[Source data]

* * *

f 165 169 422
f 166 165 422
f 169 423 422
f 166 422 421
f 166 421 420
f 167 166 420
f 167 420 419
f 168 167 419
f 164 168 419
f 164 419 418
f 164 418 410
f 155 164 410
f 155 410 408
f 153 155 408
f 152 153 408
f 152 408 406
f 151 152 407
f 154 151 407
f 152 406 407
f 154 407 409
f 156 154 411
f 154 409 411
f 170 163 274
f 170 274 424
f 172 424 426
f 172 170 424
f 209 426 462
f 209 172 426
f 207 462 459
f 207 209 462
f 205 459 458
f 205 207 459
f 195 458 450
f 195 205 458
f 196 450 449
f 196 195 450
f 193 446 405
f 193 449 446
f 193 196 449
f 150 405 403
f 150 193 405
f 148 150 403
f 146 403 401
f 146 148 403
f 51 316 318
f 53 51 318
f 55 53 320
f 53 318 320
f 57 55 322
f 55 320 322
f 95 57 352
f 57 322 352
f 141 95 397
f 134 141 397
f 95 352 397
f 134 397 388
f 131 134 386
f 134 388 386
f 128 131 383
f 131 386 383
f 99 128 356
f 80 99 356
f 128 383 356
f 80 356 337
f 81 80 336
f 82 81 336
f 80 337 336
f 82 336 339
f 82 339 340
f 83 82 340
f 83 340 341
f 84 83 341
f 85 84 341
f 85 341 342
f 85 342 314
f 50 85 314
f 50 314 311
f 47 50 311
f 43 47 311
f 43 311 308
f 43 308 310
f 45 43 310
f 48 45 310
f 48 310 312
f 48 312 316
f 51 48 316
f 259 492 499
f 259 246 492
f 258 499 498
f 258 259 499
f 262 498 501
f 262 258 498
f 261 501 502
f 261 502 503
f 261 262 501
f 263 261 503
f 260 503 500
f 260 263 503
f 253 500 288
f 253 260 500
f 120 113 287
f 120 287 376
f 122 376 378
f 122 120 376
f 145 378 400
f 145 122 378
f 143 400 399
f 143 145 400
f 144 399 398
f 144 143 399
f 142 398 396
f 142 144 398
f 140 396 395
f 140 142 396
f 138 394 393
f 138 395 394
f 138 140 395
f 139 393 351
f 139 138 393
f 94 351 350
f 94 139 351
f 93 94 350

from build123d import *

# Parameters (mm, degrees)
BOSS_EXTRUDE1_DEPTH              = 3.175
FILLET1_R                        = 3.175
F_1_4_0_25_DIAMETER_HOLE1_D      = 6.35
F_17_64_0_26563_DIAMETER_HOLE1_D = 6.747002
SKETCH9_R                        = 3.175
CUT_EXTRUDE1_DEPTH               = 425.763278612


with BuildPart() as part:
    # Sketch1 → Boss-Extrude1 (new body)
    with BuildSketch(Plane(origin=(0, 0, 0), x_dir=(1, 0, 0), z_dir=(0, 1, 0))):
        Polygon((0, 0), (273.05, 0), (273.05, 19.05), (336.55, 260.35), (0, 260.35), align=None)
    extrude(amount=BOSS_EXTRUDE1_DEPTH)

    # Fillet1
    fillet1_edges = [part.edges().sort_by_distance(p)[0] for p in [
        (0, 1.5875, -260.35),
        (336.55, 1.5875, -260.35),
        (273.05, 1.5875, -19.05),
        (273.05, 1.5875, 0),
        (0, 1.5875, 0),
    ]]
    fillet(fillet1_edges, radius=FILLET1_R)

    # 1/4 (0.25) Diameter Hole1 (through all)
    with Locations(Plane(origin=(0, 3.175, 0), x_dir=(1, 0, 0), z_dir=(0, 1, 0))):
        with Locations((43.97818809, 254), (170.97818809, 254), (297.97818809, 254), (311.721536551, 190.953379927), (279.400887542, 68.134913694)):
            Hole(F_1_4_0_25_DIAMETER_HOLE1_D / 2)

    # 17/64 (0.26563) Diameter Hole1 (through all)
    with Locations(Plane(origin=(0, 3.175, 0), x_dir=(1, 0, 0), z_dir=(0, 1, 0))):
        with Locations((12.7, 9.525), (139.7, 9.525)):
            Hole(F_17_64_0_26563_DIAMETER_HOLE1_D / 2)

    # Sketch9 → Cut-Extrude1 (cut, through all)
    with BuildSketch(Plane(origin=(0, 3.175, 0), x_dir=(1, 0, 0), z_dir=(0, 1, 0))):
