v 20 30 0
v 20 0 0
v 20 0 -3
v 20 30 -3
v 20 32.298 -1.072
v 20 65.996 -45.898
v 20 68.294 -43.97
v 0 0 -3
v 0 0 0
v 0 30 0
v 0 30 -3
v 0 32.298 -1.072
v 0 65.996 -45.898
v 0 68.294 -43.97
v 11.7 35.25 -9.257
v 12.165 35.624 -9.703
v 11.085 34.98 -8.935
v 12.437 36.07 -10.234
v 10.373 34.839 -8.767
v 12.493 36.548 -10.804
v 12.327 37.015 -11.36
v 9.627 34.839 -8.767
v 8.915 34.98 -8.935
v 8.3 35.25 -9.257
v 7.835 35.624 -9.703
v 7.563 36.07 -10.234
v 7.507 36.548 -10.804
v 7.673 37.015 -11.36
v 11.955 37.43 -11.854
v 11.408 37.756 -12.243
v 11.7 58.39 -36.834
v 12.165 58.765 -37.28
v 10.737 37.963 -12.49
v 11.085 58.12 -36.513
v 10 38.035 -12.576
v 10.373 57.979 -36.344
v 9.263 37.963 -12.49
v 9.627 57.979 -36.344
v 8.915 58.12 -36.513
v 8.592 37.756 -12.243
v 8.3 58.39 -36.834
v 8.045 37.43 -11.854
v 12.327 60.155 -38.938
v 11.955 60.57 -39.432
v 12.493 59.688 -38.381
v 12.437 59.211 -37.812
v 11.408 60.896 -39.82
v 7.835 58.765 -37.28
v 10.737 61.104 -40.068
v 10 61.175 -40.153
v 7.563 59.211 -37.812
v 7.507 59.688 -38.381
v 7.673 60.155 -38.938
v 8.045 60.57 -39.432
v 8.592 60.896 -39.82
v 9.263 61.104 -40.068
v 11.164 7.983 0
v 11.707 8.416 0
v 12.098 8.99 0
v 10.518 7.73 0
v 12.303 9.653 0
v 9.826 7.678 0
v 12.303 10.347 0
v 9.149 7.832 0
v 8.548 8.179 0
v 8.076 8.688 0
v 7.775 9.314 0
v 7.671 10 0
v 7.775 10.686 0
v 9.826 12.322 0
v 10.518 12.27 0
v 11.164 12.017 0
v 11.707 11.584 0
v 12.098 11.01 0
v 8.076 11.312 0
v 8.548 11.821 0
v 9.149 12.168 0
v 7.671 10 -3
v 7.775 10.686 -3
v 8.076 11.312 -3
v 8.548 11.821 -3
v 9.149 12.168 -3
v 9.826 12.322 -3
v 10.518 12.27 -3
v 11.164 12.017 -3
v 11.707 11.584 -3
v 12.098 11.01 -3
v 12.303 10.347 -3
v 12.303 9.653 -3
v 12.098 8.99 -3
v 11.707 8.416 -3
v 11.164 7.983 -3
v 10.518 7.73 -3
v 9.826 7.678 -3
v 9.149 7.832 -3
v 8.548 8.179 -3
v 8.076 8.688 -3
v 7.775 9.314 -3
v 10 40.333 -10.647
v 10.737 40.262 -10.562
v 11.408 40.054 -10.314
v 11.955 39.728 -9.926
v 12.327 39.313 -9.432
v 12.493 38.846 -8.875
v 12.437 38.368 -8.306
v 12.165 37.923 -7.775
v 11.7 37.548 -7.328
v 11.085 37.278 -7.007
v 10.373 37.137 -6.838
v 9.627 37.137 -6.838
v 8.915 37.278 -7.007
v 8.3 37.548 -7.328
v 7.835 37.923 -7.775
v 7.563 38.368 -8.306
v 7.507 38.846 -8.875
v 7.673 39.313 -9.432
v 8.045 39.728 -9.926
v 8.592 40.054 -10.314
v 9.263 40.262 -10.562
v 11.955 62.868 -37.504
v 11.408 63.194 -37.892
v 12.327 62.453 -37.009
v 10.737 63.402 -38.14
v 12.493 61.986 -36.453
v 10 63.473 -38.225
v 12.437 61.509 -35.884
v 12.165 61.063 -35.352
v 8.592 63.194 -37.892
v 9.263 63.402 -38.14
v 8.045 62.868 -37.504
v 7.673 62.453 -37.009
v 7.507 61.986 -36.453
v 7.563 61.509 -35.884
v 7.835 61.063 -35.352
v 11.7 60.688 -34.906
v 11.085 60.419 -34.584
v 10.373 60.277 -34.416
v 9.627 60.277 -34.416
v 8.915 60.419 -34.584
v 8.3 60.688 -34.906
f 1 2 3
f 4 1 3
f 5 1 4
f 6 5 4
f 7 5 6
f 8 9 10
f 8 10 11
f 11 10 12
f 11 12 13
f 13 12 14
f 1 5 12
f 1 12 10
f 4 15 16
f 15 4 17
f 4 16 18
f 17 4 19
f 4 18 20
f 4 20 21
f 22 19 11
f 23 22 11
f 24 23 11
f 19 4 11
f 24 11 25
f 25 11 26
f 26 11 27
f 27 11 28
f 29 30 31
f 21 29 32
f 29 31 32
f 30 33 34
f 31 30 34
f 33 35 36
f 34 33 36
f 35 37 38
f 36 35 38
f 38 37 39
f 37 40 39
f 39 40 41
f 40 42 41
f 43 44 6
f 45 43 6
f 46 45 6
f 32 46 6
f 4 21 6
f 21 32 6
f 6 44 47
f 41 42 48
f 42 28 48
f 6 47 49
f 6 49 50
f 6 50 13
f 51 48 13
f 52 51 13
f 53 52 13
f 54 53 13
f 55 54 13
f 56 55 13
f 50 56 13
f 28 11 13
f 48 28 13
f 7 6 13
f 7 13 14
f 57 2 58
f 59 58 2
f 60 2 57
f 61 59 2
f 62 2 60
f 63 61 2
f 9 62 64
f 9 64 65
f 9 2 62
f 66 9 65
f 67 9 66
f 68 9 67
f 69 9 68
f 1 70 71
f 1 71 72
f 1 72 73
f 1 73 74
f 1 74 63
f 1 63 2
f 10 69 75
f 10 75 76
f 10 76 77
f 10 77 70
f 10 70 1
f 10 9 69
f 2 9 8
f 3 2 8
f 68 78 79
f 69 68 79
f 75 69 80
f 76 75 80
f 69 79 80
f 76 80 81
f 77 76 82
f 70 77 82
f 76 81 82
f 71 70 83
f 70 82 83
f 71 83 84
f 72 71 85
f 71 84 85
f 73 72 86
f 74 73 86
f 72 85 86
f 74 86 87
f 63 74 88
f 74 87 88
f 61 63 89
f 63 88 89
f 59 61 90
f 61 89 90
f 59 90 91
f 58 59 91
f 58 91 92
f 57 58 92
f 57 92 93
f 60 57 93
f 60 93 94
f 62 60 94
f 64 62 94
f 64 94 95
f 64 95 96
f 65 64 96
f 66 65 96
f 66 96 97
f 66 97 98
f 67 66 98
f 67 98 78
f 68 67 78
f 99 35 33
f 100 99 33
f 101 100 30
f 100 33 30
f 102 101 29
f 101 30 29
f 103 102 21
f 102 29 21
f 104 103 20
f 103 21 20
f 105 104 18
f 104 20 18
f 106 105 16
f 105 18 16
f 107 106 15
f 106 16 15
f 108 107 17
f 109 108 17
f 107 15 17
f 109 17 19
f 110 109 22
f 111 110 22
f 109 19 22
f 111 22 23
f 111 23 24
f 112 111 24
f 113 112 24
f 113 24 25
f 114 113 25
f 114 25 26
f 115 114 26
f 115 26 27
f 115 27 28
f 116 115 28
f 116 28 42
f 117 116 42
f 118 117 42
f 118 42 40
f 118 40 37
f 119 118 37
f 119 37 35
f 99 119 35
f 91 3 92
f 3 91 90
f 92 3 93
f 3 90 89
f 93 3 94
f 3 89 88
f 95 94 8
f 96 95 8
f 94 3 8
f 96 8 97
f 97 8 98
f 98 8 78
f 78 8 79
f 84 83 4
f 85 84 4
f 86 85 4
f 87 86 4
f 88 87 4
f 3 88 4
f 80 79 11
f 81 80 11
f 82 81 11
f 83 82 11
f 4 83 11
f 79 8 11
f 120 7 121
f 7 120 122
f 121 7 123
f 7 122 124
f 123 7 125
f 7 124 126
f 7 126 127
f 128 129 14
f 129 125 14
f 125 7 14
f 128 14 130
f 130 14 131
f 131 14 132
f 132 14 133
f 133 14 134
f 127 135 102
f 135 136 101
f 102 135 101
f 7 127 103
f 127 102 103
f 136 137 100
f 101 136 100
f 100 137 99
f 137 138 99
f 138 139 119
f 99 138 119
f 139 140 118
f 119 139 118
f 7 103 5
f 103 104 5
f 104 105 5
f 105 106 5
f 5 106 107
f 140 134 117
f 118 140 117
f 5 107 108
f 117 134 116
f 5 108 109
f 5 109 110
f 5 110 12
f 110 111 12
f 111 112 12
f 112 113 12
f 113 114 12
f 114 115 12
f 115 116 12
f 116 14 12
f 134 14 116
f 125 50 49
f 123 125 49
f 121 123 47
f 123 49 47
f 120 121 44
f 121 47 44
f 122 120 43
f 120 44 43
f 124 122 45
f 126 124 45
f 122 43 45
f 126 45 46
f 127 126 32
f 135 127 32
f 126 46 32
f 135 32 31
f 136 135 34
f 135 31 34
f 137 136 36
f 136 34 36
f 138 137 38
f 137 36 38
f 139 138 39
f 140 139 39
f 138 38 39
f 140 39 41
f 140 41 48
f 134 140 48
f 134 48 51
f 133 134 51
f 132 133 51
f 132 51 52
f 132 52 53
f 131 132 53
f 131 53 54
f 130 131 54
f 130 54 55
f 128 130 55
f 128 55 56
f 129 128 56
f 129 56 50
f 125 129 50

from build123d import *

# Parameters (mm, degrees)
EXTRUDE_1_DEPTH     = 20
CUT_EXTRUDE_1_REACH = 83.569
SKETCH_3_R          = 2.5
SKETCH_4_R          = 2.328749205
CUT_EXTRUDE_2_DEPTH = 100


with BuildPart() as part:
    # 草图2 → 凸台-拉伸1 (new body)
    with BuildSketch(Plane(origin=(0, 0, 0), x_dir=(0, 0, -1), z_dir=(1, 0, 0))):
        Polygon((1.071637171, 32.298133329), (0, 30), (0, 0), (3, 0), (3, 30), (45.898488815, 65.996106142), (43.970125986, 68.294239472), align=None)
    extrude(amount=EXTRUDE_1_DEPTH)

    # 草图3 → 切除-拉伸1 (cut, up to next)
    with BuildSketch(Plane(origin=(0, 16.127511035, 13.532588562), x_dir=(-1, 0, 0), z_dir=(0, -0.7660444431189622, -0.6427876096865582)), mode=Mode.PRIVATE) as cut_extrude_1_sk1:
        with Locations((-10, 67.58176162)):
            Circle(SKETCH_3_R)
    cut_extrude_1_tool1 = extrude(cut_extrude_1_sk1.sketch, amount=-CUT_EXTRUDE_1_REACH, mode=Mode.PRIVATE) & part.part
    # 草图3 → 切除-拉伸1 (cut, up to next)
    with BuildSketch(Plane(origin=(0, 16.127511035, 13.532588562), x_dir=(-1, 0, 0), z_dir=(0, -0.7660444431189622, -0.6427876096865582)), mode=Mode.PRIVATE) as cut_extrude_1_sk2:
        with Locations((-10, 31.58176162)):
            Circle(SKETCH_3_R)
    cut_extrude_1_tool2 = extrude(cut_extrude_1_sk2.sketch, amount=-CUT_EXTRUDE_1_REACH, mode=Mode.PRIVATE) & part.part
    add(cut_extrude_1_tool1.solids().sort_by_distance((10, 59.56823, -38.238044))[0], mode=Mode.SUBTRACT)
    add(cut_extrude_1_tool2.solids().sort_by_distance((10, 36.427876, -10.660444))[0], mode=Mode.SUBTRACT)

    # 草图4 → 切除-拉伸2 (cut)
    with BuildSketch(Plane(origin=(0, 0, -3), x_dir=(-1, 0, 0), z_dir=(0, 0, -1))):
        with Locations((-10, 10)):
            Circle(SKETCH_4_R)
    extrude(amount=-CUT_EXTRUDE_2_DEPTH, mode=Mode.SUBTRACT)


solid = part.part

* * *

EXERCISE DESCRIPTION -> Using the data above, reproduce exactly the lines from the line that contains "f 137 136 36" through the line that contains "f 125 129 50", including both.

RESULT ->
f 137 136 36
f 136 34 36
f 138 137 38
f 137 36 38
f 139 138 39
f 140 139 39
f 138 38 39
f 140 39 41
f 140 41 48
f 134 140 48
f 134 48 51
f 133 134 51
f 132 133 51
f 132 51 52
f 132 52 53
f 131 132 53
f 131 53 54
f 130 131 54
f 130 54 55
f 128 130 55
f 128 55 56
f 129 128 56
f 129 56 50
f 125 129 50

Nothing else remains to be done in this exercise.